4. Conclusions and Recommendations
The objective of this study was to estimate the environmental pollution effects of the waste discharged from the Zenzelma campus. The results indicated that the phosphate, BOD5, ammonia, turbidity, TSS, EC, total hardness, and to some extent nitrate levels surpassed the wastewater discharge limit stated by WHO, environmental protection authority (EPA), Compulsory Ethiopian Standard (CES), and Environmental, Health, and Safety (EHS) guidelines and did not fit wastewater reuse standard for irrigation and livestock drinking. 100% of the water samples were not fit for livestock drinking as the coliform bacterium (thermotolerant indicator bacterium) count exceeded the threshold level. Copper, lead, and cadmium levels crossed the wastewater discharge limit and were not fit for irrigation and livestock drinking. Values of water quality parameters were higher on the downstream site than those at the upstream site. This indicates the pollution burden of the Zenzelma campus effluents on the local environment (Ch’imbil River). Although wastewater from this campus did not fit the wastewater reuse standard for irrigation and is unsafe for livestock drinking, the local people used the wastewater for livestock drinking and grew vegetables at the sides of the campus. Thus, it requires immediate waste management interventions and appropriate waste treatment before being released into the environment.
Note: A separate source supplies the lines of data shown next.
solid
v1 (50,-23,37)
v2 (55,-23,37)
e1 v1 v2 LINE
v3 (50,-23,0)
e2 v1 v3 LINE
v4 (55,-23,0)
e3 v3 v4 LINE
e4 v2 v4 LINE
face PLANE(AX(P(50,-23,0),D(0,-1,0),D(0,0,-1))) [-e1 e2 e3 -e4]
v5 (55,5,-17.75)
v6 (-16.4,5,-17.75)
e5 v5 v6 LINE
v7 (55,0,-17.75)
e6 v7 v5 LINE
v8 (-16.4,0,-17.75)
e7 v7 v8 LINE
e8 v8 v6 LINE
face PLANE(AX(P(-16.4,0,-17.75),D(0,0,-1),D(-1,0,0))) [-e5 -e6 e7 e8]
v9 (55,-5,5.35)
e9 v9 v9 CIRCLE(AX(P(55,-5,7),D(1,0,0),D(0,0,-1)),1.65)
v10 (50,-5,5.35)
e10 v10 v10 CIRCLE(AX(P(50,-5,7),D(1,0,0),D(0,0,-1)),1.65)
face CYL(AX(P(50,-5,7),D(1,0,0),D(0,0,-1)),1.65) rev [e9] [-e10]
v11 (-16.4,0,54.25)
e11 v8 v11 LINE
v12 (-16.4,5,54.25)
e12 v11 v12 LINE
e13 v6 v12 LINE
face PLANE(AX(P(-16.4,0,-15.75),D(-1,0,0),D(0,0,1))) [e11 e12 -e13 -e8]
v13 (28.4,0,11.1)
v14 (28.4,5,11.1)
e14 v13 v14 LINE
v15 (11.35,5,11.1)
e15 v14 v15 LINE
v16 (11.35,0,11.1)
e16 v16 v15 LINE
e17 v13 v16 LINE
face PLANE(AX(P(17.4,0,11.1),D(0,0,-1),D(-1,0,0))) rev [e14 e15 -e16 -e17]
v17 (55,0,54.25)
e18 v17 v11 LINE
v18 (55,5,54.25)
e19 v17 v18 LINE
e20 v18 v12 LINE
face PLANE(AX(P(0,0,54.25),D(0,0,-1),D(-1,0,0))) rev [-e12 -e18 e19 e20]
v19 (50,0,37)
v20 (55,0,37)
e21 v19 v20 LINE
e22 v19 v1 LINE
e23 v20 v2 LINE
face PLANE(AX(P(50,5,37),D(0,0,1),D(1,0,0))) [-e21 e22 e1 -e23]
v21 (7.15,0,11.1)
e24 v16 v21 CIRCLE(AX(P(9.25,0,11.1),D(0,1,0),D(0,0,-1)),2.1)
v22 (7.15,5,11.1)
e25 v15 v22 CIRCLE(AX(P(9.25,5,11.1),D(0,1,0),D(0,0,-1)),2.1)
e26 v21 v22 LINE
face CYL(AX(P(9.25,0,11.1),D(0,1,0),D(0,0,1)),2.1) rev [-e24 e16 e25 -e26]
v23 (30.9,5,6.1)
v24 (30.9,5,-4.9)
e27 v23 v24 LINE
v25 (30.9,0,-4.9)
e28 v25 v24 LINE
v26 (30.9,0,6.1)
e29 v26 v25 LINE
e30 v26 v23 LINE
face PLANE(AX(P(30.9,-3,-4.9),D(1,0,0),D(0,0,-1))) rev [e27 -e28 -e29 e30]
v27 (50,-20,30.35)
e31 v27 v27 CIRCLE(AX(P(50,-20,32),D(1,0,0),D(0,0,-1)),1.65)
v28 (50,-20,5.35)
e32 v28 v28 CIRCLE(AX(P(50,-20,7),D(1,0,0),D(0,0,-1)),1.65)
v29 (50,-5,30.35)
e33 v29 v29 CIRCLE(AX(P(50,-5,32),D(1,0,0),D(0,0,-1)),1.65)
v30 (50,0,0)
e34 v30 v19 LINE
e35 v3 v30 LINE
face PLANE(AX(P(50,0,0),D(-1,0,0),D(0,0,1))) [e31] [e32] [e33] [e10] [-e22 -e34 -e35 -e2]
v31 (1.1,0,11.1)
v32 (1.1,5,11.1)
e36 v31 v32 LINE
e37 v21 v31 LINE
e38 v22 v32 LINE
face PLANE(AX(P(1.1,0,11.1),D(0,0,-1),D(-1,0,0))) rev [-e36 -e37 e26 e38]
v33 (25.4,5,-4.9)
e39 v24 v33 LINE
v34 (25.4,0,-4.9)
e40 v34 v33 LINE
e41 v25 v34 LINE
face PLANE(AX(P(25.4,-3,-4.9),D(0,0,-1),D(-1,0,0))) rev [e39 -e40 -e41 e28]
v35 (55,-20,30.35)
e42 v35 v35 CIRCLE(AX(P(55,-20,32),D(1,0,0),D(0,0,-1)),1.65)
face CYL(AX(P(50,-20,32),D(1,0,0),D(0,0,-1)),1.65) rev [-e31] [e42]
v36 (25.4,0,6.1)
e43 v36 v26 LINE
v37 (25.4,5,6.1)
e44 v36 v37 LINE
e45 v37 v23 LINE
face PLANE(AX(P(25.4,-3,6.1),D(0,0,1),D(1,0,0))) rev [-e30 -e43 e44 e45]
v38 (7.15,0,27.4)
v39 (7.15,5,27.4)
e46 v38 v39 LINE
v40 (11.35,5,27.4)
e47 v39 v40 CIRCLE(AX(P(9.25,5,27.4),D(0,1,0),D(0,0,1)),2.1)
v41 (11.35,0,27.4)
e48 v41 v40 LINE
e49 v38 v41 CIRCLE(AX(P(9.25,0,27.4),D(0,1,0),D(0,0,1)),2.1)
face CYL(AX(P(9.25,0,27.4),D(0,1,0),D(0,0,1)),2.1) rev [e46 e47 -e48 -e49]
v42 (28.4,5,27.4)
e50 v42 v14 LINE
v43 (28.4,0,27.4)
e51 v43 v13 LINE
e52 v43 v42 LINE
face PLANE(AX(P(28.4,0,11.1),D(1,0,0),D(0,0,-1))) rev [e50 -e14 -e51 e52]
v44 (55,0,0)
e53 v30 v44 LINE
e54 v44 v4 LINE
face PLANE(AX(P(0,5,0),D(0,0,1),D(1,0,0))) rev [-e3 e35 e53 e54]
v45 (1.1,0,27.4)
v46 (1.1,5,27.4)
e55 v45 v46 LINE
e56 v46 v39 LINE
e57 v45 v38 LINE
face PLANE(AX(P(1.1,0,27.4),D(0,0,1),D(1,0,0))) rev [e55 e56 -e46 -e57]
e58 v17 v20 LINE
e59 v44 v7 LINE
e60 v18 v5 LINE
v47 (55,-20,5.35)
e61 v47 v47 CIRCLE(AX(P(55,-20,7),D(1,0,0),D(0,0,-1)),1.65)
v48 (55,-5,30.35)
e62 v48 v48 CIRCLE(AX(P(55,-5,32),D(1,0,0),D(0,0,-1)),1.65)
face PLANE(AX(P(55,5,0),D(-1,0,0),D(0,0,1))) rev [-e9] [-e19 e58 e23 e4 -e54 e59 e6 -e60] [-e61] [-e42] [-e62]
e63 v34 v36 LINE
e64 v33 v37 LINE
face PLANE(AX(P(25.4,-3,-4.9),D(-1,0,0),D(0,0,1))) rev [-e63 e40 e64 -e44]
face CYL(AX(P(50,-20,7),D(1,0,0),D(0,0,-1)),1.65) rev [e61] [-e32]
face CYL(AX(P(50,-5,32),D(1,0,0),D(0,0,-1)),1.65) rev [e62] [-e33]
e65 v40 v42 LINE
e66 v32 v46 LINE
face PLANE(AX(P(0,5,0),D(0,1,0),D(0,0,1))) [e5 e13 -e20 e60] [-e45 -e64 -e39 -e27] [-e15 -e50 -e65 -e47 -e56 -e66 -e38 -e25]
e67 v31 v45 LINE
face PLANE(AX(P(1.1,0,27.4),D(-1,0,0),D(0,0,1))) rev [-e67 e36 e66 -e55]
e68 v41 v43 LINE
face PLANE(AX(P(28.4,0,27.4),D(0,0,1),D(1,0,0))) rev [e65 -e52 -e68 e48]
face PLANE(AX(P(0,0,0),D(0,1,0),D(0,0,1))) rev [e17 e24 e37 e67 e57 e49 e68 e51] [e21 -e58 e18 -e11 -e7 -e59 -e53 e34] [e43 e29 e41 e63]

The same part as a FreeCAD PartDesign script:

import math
import FreeCAD as App
import Part
import Sketcher
from FreeCAD import Vector
Q = App.Units.Quantity


def add_polygon(sketch, points):
    """Adds a closed chain of lines whose ends are joined by coincident constraints."""
    first, n = sketch.GeometryCount, len(points)
    for a, b in zip(points, points[1:] + points[:1]):
        sketch.addGeometry(Part.LineSegment(App.Vector(*a, 0), App.Vector(*b, 0)), False)
    for i in range(n):
        sketch.addConstraint(Sketcher.Constraint("Coincident", first + i, 2, first + (i + 1) % n, 1))

doc = App.newDocument("Part")
body = doc.addObject("PartDesign::Body", "Body")

# Sketch on XZ plane
sketch1 = doc.addObject("Sketcher::SketchObject", "Sketch")
body.addObject(sketch1)
sketch1.AttachmentSupport = (doc.XZ_Plane, [""])
sketch1.MapMode = "FlatFace"
add_polygon(sketch1, [(0, 0), (0, 70), (55, 70), (55, 0)])  # lines 0-3
sketch1.addConstraint([
    Sketcher.Constraint("Vertical", 0),
    Sketcher.Constraint("Horizontal", 1),
    Sketcher.Constraint("Vertical", 2),
    Sketcher.Constraint("Horizontal", 3),
    Sketcher.Constraint("Coincident", 3, 2, -1, 1),
    Sketcher.Constraint("DistanceX", 1, 1, 1, 2, Q("55 mm")),
    Sketcher.Constraint("DistanceY", 0, 1, 0, 2, Q("70 mm")),
])
pad1 = doc.addObject("PartDesign::Pad", "Pad")
body.addObject(pad1)
pad1.Profile = sketch1
pad1.Length = 5
pad1.Reversed = True

# Sketch on YZ plane
sketch2 = doc.addObject("Sketcher::SketchObject", "Sketch001")
body.addObject(sketch2)
sketch2.AttachmentSupport = (doc.YZ_Plane, [""])
sketch2.MapMode = "FlatFace"
sketch2.AttachmentOffset = App.Placement(Vector(0, 0, 55), App.Rotation())
add_polygon(sketch2, [(5, 37), (-23, 37), (-23, 0), (5, 0)])  # lines 0-3
sketch2.addConstraint([
    Sketcher.Constraint("Horizontal", 0),
    Sketcher.Constraint("Vertical", 1),
    Sketcher.Constraint("Horizontal", 2),
    Sketcher.Constraint("Vertical", 3),
    Sketcher.Constraint("PointOnObject", 1, 2, -1),
    Sketcher.Constraint("DistanceX", 0, 2, 0, 1, Q("28 mm")),
    Sketcher.Constraint("DistanceY", 1, 2, 1, 1, Q("37 mm")),
    Sketcher.Constraint("DistanceX", 0, 2, -1, 1, Q("23 mm")),
])
pad2 = doc.addObject("PartDesign::Pad", "Pad001")
body.addObject(pad2)
pad2.Profile = sketch2
pad2.Length = 5
pad2.Reversed = True

# Sketch on YZ plane
sketch3 = doc.addObject("Sketcher::SketchObject", "Sketch002")
body.addObject(sketch3)
sketch3.AttachmentSupport = (doc.YZ_Plane, [""])
sketch3.MapMode = "FlatFace"
sketch3.AttachmentOffset = App.Placement(Vector(0, 0, 55), App.Rotation())
sketch3.addGeometry([
    Part.Circle(Vector(-5, 7, 0), Vector(0, 0, 1), 1.6),
    Part.Circle(Vector(-5, 32, 0), Vector(0, 0, 1), 1.6),
    Part.Circle(Vector(-20, 32, 0), Vector(0, 0, 1), 1.6),
    Part.Circle(Vector(-20, 7, 0), Vector(0, 0, 1), 1.6),
], False)
sketch3.addConstraint([
    Sketcher.Constraint("Equal", 0, 1),
    Sketcher.Constraint("Equal", 1, 2),
    Sketcher.Constraint("Equal", 2, 3),
    Sketcher.Constraint("Horizontal", 1, 3, 2, 3),
    Sketcher.Constraint("Horizontal", 0, 3, 3, 3),
    Sketcher.Constraint("Vertical", 0, 3, 1, 3),
    Sketcher.Constraint("Vertical", 2, 3, 3, 3),
    Sketcher.Constraint("Diameter", 0, Q("3.3 mm")),
    Sketcher.Constraint("DistanceX", 0, 3, -1, 1, Q("5 mm")),
    Sketcher.Constraint("DistanceY", -1, 1, 0, 3, Q("7 mm")),
    Sketcher.Constraint("DistanceY", -1, 1, 1, 3, Q("32 mm")),
    Sketcher.Constraint("DistanceX", 2, 3, -1, 1, Q("20 mm")),
])
pocket1 = doc.addObject("PartDesign::Pocket", "Pocket")
body.addObject(pocket1)
pocket1.Profile = sketch3
pocket1.Length = 5

# Sketch on XZ plane
sketch4 = doc.addObject("Sketcher::SketchObject", "Sketch003")
body.addObject(sketch4)
sketch4.AttachmentSupport = (doc.XZ_Plane, [""])
sketch4.MapMode = "FlatFace"
sketch4.AttachmentOffset = App.Placement(Vector(0, 0, -5), App.Rotation())
add_polygon(sketch4, [(0, -16), (0, 0), (55, 0), (55, -16)])  # lines 0-3
sketch4.addConstraint([
    Sketcher.Constraint("Vertical", 0),
    Sketcher.Constraint("Horizontal", 1),
    Sketcher.Constraint("Vertical", 2),
    Sketcher.Constraint("Horizontal", 3),
    Sketcher.Constraint("Coincident", 0, 2, -1, 1),
    Sketcher.Constraint("DistanceX", 1, 1, 1, 2, Q("55 mm")),
    Sketcher.Constraint("DistanceY", 0, 1, 0, 2, Q("15.75 mm")),
])
pad3 = doc.addObject("PartDesign::Pad", "Pad002")
body.addObject(pad3)
pad3.Profile = sketch4
pad3.Length = 5

# Sketch on XZ plane
sketch5 = doc.addObject("Sketcher::SketchObject", "Sketch004")
body.addObject(sketch5)
sketch5.AttachmentSupport = (doc.XZ_Plane, [""])
sketch5.MapMode = "FlatFace"
sketch5.AttachmentOffset = App.Placement(Vector(0, 0, -5), App.Rotation())
add_polygon(sketch5, [(0, 54), (0, 70), (55, 70), (55, 54)])  # lines 0-3
sketch5.addConstraint([
    Sketcher.Constraint("Vertical", 0),
    Sketcher.Constraint("Horizontal", 1),
    Sketcher.Constraint("Vertical", 2),
    Sketcher.Constraint("Horizontal", 3),
    Sketcher.Constraint("PointOnObject", 0, 2, -2),
    Sketcher.Constraint("DistanceX", 1, 1, 1, 2, Q("55 mm")),
    Sketcher.Constraint("DistanceY", -1, 1, 0, 2, Q("70 mm")),
    Sketcher.Constraint("DistanceY", 0, 1, 0, 2, Q("15.75 mm")),
])
pocket2 = doc.addObject("PartDesign::Pocket", "Pocket001")
body.addObject(pocket2)
pocket2.Profile = sketch5
pocket2.Length = 5
pocket2.Reversed = True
Although, as an academic institution, the Zenzelma campus in Bahir Dar University has the moral and ethical obligation to act responsibly towards the environment, the campus discharges massive solid and liquid wastes into the environment without any pretreatment. The local people use this wastewater for irrigation and livestock drinking. This is hazardous for both humans and animals. Therefore, we strongly recommend that the campus has to build a waste treatment plant immediately and any waste should not be discharged before proper treatment.
In Ethiopia, wastewater reuse for irrigation activity is questionable. Therefore, regulatory standard charters should be developed and producers and consumers of toxic pollutants should act accordingly.
All datasets generated and/or analyzed during the current study are incorporated within this article.
Conflicts of Interest
The authors declare that there are no conflicts of interest regarding the publication of this paper.